"Never, never, never, never give up!"
Though first spoken during dire circumstances during WWII, when Britian was being bombed, that is a phrase that has stood me well over my own 72 years. Churchill spoke those words exaxctly 189 days before I was born.***
The largeness of war can be ominous. So can getting up and going again from a mistake, an opportunity missed, an accident or event of individual magnitude, not just of world consequence.
Kiddos we know fall while trying to learn to ride a bike. Scrap themselves. A little shaken. The encouragement? Get back on that bike and ride. You cAn do it!
Older teens want to learn to ride a horse. Fall off. Get bruised a bit. A bit of a fall from the top of a moving animal. The encouragement? Get back on that horse and ride. You cAn do it!!
Getting older, we drive our cars. Oops. Accident. Dang! Didn't see it coming. Shaken. The encouragement? Get back in the next car, soon, and drive. You cAn do it!!!

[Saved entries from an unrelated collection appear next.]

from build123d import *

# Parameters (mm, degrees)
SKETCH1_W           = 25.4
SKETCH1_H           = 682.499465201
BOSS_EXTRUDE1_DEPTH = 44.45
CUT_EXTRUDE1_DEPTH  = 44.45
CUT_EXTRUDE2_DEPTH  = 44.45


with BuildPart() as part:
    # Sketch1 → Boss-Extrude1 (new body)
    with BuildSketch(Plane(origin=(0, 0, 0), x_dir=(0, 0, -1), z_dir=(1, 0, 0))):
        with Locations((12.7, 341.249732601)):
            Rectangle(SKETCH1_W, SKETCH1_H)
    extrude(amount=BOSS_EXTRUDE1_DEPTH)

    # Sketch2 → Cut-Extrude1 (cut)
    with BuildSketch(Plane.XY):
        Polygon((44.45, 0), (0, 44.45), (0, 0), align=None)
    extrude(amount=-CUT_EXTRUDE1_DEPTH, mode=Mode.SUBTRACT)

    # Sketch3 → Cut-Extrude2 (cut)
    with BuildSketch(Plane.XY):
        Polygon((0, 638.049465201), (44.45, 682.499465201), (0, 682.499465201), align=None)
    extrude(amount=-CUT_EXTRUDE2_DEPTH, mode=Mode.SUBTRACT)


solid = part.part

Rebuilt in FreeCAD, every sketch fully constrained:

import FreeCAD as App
import Part
import Sketcher
Q = App.Units.Quantity


def add_polygon(sketch, points):
    """Adds a closed chain of lines whose ends are joined by coincident constraints."""
    first, n = sketch.GeometryCount, len(points)
    for a, b in zip(points, points[1:] + points[:1]):
        sketch.addGeometry(Part.LineSegment(App.Vector(*a, 0), App.Vector(*b, 0)), False)
    for i in range(n):
        sketch.addConstraint(Sketcher.Constraint("Coincident", first + i, 2, first + (i + 1) % n, 1))

doc = App.newDocument("Part")
body = doc.addObject("PartDesign::Body", "Body")

sketch1 = body.newObject("Sketcher::SketchObject", "Sketch")
sketch1.AttachmentSupport = (doc.getObject("YZ_Plane"), [""])
sketch1.MapMode = "FlatFace"
add_polygon(sketch1, [(682, 0), (0, 0), (0, -25), (682, -25)])
sketch1.addConstraint([
    Sketcher.Constraint("Horizontal", 0),
    Sketcher.Constraint("Vertical", 1),
    Sketcher.Constraint("Horizontal", 2),
    Sketcher.Constraint("Vertical", 3),
    Sketcher.Constraint("Coincident", 0, 2, -1, 1),
    Sketcher.Constraint("DistanceY", 1, 2, 1, 1, Q("1 in")),
    Sketcher.Constraint("DistanceX", 0, 2, 0, 1, 682.499465),
])
pad1 = body.newObject("PartDesign::Pad", "Pad")
pad1.Profile = sketch1
pad1.Length = Q("1.75 in")

sketch2 = body.newObject("Sketcher::SketchObject", "Sketch001")
sketch2.AttachmentSupport = (doc.getObject("XY_Plane"), [""])
sketch2.MapMode = "FlatFace"
add_polygon(sketch2, [(44, 0), (0, 44), (0, 0)])
sketch2.addConstraint([
    Sketcher.Constraint("Vertical", 1),
    Sketcher.Constraint("Horizontal", 2),
    Sketcher.Constraint("Coincident", 1, 2, -1, 1),
    Sketcher.Constraint("Equal", 2, 1),
    Sketcher.Constraint("DistanceX", 2, 1, 2, 2, Q("1.75 in")),
])
pocket1 = body.newObject("PartDesign::Pocket", "Pocket")
pocket1.Profile = sketch2
pocket1.Length = Q("1.75 in")

sketch3 = body.newObject("Sketcher::SketchObject", "Sketch002")
sketch3.AttachmentSupport = (doc.getObject("XY_Plane"), [""])
sketch3.MapMode = "FlatFace"
add_polygon(sketch3, [(0, 638), (44, 682), (0, 682)])
sketch3.addConstraint([
    Sketcher.Constraint("Horizontal", 1),
    Sketcher.Constraint("Vertical", 2),
    Sketcher.Constraint("PointOnObject", 1, 2, -2),
    Sketcher.Constraint("Equal", 1, 2),
    Sketcher.Constraint("DistanceX", 1, 2, 1, 1, Q("1.75 in")),
    Sketcher.Constraint("DistanceY", -1, 1, 0, 2, 682.499465),
])
pocket2 = body.newObject("PartDesign::Pocket", "Pocket001")
pocket2.Profile = sketch3
pocket2.Length = Q("1.75 in")

doc.recompute()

All this I was thinking about this past Monday when up, again, at Rocky Mountain National Park with another of the exceptional, full of honest promise, emerging leaders I've the privilege of mentoring. Remembering that Friday, past, June 27, my head still hurts a bit from the fall and slight concussion I got from a nasty tumble. But.......
The first place I took this good man, and needed to go myself, was back to the scene of the tumble. My blood was all washed off the rock that dented my head, due to good summer storms.
However, as I sat there waiting for my friend to finish a time of personal reflection and meditation at another small lake (for this wAs his day to explore and discover some of his future...), I sat there with gratitude for nothing worse having taking place.
Only 5 stitches. All those who took care of me in the Estes Park ER and later in the week to follow here at home, said, "You were fortunate. A half inch either direction and it might have been way more serious."
Yesterday? The time with this good man? One of the best ever times on a day journey through the park. Our conversations were timely, rich and deep. Ultimately we trekked over 9 miles. Truly humbling to encourage someone like this man to reach deep and move forward in his life.
For both of us, in the various arenas of our individual lives, Winston's words ring significantly true:
never, never, never, never give up.
Here we are at the beginning of the morning on the way up to Emerald Lake. Grateful, to the max for amazing moments together. Him taller. Me shorter.
We are both looking forward to many more moments on the mentoring journey. I'm confident the future times with him are going to be memorable, no matter the tumbles and progress that make up life.
***Churchill said this on October 29, 1941, when he visited Harrow School. It was after the Blitz and things were looking up a bit for Britain. Here is the relevant part of the speech: But for everyone, surely, what we have gone through in this period -- I am addressing myself to the School -- surely from this period of ten months, this is the lesson: Never give in. Never give in. Never, never, never, never -- in nothing, great or small, large or petty -- never give in, except to convictions of honor and good sense. Never yield to force. Never yield to the apparently overwhelming might of the enemy.